Basically: Stenzek did not read the license he picked for his software and then got mad when people made use of provisions explicitly allowed by the license.

[–] unexposedhazard@discuss.tchncs.de 82 points 1 month ago* (last edited 1 month ago) (10 children)

This should be top comment if true.

[–] brucethemoose@lemmy.world 70 points 1 month ago (8 children)

This is a great case for a “reader added context” feature for Lemmy, if it could be implemented in a decent way.

[–] SorteKanin@feddit.dk 20 points 1 month ago (1 children)

It is implemented. It's known as "comments". You are looking at it. There's no need for any particular UI feature for this stuff.

[–] brucethemoose@lemmy.world 11 points 1 month ago (1 children)

Reader added context is nice because it averts drive by upvoting of titles that are misleading (and vice versa), as most voters do not dig through the comments.

Hence this very phenomenon of highly upvoted posts that probably wouldn’t be so with the missing context.

[–] SorteKanin@feddit.dk 1 points 1 month ago* (last edited 1 month ago) (1 children)

Tbf a substantial amount of voters did see the comment - at the time of writing, 297 upvotes on the comment vs 483 upvotes on the post, or ~61%. So actually most people do dig through the comments, if the upvote count is something to go by at least.

Anyone who doesn't read comments is unlikely to read reader added context, so you're probably not getting a large amount of the remaining 39% of people to get the context just because you add some extra UI feature.

Besides, explaining the context is a much longer affair than a title and just wouldn't fit. It's not like I would even say that the title of this post is misleading in the first place, it's actually pretty to-the-point.

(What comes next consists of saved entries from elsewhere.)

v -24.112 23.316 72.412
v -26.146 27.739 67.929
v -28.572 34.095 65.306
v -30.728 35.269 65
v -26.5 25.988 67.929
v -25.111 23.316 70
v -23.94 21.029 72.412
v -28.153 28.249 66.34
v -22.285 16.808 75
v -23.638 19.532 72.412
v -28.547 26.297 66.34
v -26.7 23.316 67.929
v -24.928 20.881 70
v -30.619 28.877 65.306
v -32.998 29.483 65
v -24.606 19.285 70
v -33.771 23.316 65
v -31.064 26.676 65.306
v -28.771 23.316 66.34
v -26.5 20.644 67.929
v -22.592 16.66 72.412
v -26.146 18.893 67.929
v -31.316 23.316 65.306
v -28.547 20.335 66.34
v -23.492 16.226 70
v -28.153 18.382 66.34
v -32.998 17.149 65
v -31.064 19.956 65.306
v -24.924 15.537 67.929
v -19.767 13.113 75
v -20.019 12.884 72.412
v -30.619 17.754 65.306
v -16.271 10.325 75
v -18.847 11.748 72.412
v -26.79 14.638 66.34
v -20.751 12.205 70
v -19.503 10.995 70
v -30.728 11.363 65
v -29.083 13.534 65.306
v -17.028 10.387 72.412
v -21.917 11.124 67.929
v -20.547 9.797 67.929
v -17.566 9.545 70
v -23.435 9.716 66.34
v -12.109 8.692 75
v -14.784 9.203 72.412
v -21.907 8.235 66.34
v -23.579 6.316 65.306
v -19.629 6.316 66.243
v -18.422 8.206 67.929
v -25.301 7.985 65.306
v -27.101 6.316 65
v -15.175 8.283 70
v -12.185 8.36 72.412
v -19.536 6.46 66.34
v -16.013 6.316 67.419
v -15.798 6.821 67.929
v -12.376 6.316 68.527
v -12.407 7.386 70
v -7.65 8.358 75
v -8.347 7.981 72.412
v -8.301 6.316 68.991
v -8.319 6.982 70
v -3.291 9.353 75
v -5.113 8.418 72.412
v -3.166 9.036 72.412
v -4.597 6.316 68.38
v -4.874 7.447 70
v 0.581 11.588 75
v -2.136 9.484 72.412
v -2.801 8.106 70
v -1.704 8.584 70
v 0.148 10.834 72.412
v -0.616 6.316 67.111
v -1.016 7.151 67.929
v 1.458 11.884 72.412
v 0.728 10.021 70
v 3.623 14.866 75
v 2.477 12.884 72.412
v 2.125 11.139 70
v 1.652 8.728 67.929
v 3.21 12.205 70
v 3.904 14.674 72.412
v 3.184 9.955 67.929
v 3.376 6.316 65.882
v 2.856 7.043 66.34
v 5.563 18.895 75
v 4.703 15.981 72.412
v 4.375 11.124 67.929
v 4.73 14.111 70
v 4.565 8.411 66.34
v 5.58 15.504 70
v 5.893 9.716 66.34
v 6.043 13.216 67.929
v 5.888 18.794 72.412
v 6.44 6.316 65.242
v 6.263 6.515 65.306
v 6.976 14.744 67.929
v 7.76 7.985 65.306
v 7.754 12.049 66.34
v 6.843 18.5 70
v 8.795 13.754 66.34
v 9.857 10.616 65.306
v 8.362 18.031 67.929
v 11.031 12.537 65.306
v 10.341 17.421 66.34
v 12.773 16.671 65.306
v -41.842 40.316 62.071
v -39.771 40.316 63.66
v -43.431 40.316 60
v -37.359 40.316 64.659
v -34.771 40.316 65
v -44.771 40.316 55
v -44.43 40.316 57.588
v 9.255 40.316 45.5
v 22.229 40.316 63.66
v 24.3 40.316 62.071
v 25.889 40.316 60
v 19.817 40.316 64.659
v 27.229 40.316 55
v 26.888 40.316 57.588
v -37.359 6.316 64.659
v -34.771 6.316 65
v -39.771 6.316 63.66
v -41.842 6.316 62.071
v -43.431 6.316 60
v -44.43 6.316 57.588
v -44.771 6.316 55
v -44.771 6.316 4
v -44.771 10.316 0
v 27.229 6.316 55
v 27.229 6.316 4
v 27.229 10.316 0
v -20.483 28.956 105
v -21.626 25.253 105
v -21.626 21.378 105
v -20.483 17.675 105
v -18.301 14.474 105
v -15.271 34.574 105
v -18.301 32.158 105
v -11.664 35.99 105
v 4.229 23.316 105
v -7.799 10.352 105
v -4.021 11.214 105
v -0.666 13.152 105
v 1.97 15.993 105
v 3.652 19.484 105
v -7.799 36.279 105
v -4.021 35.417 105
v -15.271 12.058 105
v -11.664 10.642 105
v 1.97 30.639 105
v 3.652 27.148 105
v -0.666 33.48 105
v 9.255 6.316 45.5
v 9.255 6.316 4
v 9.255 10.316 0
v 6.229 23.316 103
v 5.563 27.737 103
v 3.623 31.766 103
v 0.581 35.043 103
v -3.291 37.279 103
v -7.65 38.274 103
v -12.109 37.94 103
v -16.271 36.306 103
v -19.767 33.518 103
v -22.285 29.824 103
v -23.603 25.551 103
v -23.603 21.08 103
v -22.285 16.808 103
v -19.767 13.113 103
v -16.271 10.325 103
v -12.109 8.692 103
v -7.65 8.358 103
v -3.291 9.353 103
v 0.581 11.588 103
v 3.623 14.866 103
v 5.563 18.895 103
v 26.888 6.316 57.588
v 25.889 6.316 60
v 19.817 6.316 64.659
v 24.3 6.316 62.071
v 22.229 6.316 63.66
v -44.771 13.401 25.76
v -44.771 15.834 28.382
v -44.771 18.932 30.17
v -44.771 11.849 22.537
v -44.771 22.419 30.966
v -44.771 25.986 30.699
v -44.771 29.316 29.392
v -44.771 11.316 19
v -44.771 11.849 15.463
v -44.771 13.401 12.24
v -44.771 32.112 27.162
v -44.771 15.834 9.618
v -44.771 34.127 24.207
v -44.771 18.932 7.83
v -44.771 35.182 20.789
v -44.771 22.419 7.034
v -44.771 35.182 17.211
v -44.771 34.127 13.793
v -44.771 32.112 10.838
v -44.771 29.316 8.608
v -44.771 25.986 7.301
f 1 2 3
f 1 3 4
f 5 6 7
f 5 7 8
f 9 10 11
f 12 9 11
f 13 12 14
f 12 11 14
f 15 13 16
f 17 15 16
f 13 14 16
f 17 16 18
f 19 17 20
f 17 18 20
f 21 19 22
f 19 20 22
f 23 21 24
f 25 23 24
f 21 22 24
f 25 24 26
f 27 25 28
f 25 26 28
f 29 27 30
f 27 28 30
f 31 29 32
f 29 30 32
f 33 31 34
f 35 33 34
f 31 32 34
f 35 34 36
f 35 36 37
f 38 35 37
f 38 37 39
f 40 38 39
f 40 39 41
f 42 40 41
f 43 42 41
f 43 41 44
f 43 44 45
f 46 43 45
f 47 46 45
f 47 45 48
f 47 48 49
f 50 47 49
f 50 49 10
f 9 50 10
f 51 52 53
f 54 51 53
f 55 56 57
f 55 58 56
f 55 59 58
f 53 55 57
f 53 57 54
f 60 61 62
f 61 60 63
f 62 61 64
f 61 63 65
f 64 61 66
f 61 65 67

There's also a chance that people will get the wrong idea about posts without the context - i.e. that posts without reader added context are super truthful somehow. I feel that people should rather accept that all titles of a few sentences are missing context. That is after all the point of a title - to summarize and bring only the most important information, which inevitably leads to a loss of context.

[–] brucethemoose@lemmy.world 2 points 1 month ago* (last edited 1 month ago)

That doesn’t count views/impressions that didn’t vote, nor the initial voters that drove the comment to the visibility of the front page. It reminds me way too much of social media that goes viral before it has any chance to be refuted, and it’s already left its impact.

This is a UX “mistake” made by countless platforms (but also a feature if pure engagement is the goal). These kinds of attention flows are extremely important to Lemmy's future health, lest it take the same trajectory as others.